If you look at horsemoms design she has a hole to put the girth through. It's a nice touch too because it allows the sides to blow in the wind a little.
_Posted via Mobile Device_


----------



## JDJumper

Ok thanks 
_Posted via Mobile Device_


----------



## Britt

JDJumper said:


> i like yours.... its really neat but i was looking to do something a little more simple and with just two colors... also I've been meaning to ask everyone who posted a pic of their costume... did u cut out an area where the girth/cinch would go through?

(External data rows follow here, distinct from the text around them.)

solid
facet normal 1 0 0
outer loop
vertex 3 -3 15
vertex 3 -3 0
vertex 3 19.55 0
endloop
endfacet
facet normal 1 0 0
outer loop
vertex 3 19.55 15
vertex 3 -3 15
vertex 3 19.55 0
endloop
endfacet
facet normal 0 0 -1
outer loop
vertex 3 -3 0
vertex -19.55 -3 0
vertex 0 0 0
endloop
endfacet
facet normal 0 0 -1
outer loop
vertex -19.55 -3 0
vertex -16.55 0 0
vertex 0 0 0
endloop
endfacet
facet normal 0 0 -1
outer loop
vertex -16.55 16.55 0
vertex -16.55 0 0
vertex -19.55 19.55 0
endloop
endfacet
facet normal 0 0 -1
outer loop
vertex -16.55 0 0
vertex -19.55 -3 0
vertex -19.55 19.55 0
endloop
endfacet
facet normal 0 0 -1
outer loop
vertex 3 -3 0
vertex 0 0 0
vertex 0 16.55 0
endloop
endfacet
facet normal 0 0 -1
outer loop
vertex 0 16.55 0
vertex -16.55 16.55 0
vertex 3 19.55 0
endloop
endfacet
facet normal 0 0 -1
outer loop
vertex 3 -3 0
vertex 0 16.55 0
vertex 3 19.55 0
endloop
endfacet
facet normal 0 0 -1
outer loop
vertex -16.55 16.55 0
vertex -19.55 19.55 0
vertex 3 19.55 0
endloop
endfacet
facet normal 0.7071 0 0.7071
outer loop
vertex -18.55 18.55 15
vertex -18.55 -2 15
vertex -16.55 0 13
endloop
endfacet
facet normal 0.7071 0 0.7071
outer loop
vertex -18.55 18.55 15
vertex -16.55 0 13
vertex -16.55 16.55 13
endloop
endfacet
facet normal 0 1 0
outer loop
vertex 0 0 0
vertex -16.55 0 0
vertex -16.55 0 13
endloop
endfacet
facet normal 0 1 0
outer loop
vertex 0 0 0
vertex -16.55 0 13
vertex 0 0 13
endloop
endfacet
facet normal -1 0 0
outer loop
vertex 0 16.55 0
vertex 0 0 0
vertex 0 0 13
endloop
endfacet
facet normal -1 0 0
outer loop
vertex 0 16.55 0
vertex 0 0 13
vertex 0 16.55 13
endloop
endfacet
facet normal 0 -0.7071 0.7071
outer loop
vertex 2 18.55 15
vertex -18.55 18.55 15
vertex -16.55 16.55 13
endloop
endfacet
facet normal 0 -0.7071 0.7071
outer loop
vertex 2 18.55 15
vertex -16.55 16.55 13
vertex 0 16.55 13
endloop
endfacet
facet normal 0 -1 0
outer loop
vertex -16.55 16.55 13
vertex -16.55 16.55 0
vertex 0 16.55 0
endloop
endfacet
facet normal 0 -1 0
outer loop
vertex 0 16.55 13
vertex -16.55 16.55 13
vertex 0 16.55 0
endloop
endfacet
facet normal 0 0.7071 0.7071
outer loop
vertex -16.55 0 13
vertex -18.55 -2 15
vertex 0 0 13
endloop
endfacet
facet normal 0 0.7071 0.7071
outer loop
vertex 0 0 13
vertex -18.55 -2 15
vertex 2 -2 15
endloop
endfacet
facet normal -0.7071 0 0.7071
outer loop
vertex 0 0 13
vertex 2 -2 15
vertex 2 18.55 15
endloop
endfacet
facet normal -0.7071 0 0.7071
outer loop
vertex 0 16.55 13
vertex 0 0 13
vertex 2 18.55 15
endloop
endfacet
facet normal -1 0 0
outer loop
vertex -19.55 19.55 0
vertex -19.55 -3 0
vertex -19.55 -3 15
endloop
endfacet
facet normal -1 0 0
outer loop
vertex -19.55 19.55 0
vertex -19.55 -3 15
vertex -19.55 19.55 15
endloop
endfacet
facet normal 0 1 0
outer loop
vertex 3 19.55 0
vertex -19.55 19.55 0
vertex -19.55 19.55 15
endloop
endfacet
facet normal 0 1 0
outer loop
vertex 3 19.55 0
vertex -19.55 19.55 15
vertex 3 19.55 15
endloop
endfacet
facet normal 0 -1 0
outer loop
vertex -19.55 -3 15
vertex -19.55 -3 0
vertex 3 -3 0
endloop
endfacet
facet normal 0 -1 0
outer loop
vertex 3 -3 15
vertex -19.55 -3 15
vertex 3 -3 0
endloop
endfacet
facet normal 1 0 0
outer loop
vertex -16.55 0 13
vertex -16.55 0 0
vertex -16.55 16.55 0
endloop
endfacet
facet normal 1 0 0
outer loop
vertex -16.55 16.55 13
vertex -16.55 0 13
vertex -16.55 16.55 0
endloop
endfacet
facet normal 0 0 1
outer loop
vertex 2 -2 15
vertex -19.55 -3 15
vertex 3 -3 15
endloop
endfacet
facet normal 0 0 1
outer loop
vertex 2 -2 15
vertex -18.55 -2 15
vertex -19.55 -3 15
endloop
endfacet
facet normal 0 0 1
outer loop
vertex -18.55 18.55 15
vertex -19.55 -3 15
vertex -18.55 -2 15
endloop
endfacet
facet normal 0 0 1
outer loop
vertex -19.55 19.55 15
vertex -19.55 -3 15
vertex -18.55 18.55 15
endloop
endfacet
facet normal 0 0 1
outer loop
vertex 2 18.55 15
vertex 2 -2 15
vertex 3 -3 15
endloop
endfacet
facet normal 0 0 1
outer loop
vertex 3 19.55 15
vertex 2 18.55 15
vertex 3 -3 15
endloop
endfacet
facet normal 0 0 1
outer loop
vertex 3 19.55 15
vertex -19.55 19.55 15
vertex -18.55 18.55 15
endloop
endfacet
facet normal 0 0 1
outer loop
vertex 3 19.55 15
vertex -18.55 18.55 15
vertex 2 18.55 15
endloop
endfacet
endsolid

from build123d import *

# Parameters (mm, degrees)
F0_W     = 22.55
F0_H     = 22.55
F0_W_2   = 16.55
F0_H_2   = 16.55
F1_DEPTH = 5
F2_DEPTH = 15
F3_SIZE  = 2


with BuildPart() as f1:
    # F0 (on Top) → F1 (new body)
    with BuildSketch(Plane.XY):
        with Locations((-8.275, 8.275)):
            Rectangle(F0_W, F0_H)
        with Locations((-8.275, 8.275)):
            Rectangle(F0_W_2, F0_H_2, mode=Mode.SUBTRACT)
    extrude(amount=F1_DEPTH)

    # F0 (on Top) → F2 (join)
    with BuildSketch(Plane.XY):
        with Locations((-8.275, 8.275)):
            Rectangle(F0_W, F0_H)
        with Locations((-8.275, 8.275)):
            Rectangle(F0_W_2, F0_H_2, mode=Mode.SUBTRACT)
    extrude(amount=F2_DEPTH)

    # F3
    f3_edges = [f1.edges().sort_by_distance(p)[0] for p in [
        (-8.275, 16.55, 15),
        (-16.55, 8.275, 15),
        (0, 8.275, 15),
        (-8.275, 0, 15),
    ]]
    chamfer(f3_edges, length=F3_SIZE)


solid = f1.part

Understandable. Lol, I try to outdo myself on my horsey costumes every year that I make costumes. :wink:

And yes, with any costume for my horses that is around the saddle area and hangs down, I cut out an area for the girth to go through.


----------



## HorseMom1025

Yes, I cut girth holes . Once your blanket is made, put it on your horse and put the saddle on. Then use chalk to mark the position of the girth hole.
_Posted via Mobile Device_


----------



## JDJumper

HorseMom1025 said:


> Yes, I cut girth holes . Once your blanket is made, put it on your horse and put the saddle on. Then use chalk to mark the position of the girth hole.
> _Posted via Mobile Device_


Ok thanks 
_Posted via Mobile Device_


----------



## JDJumper

Thanks guys, sorry i didn't get a picture... but I won!


----------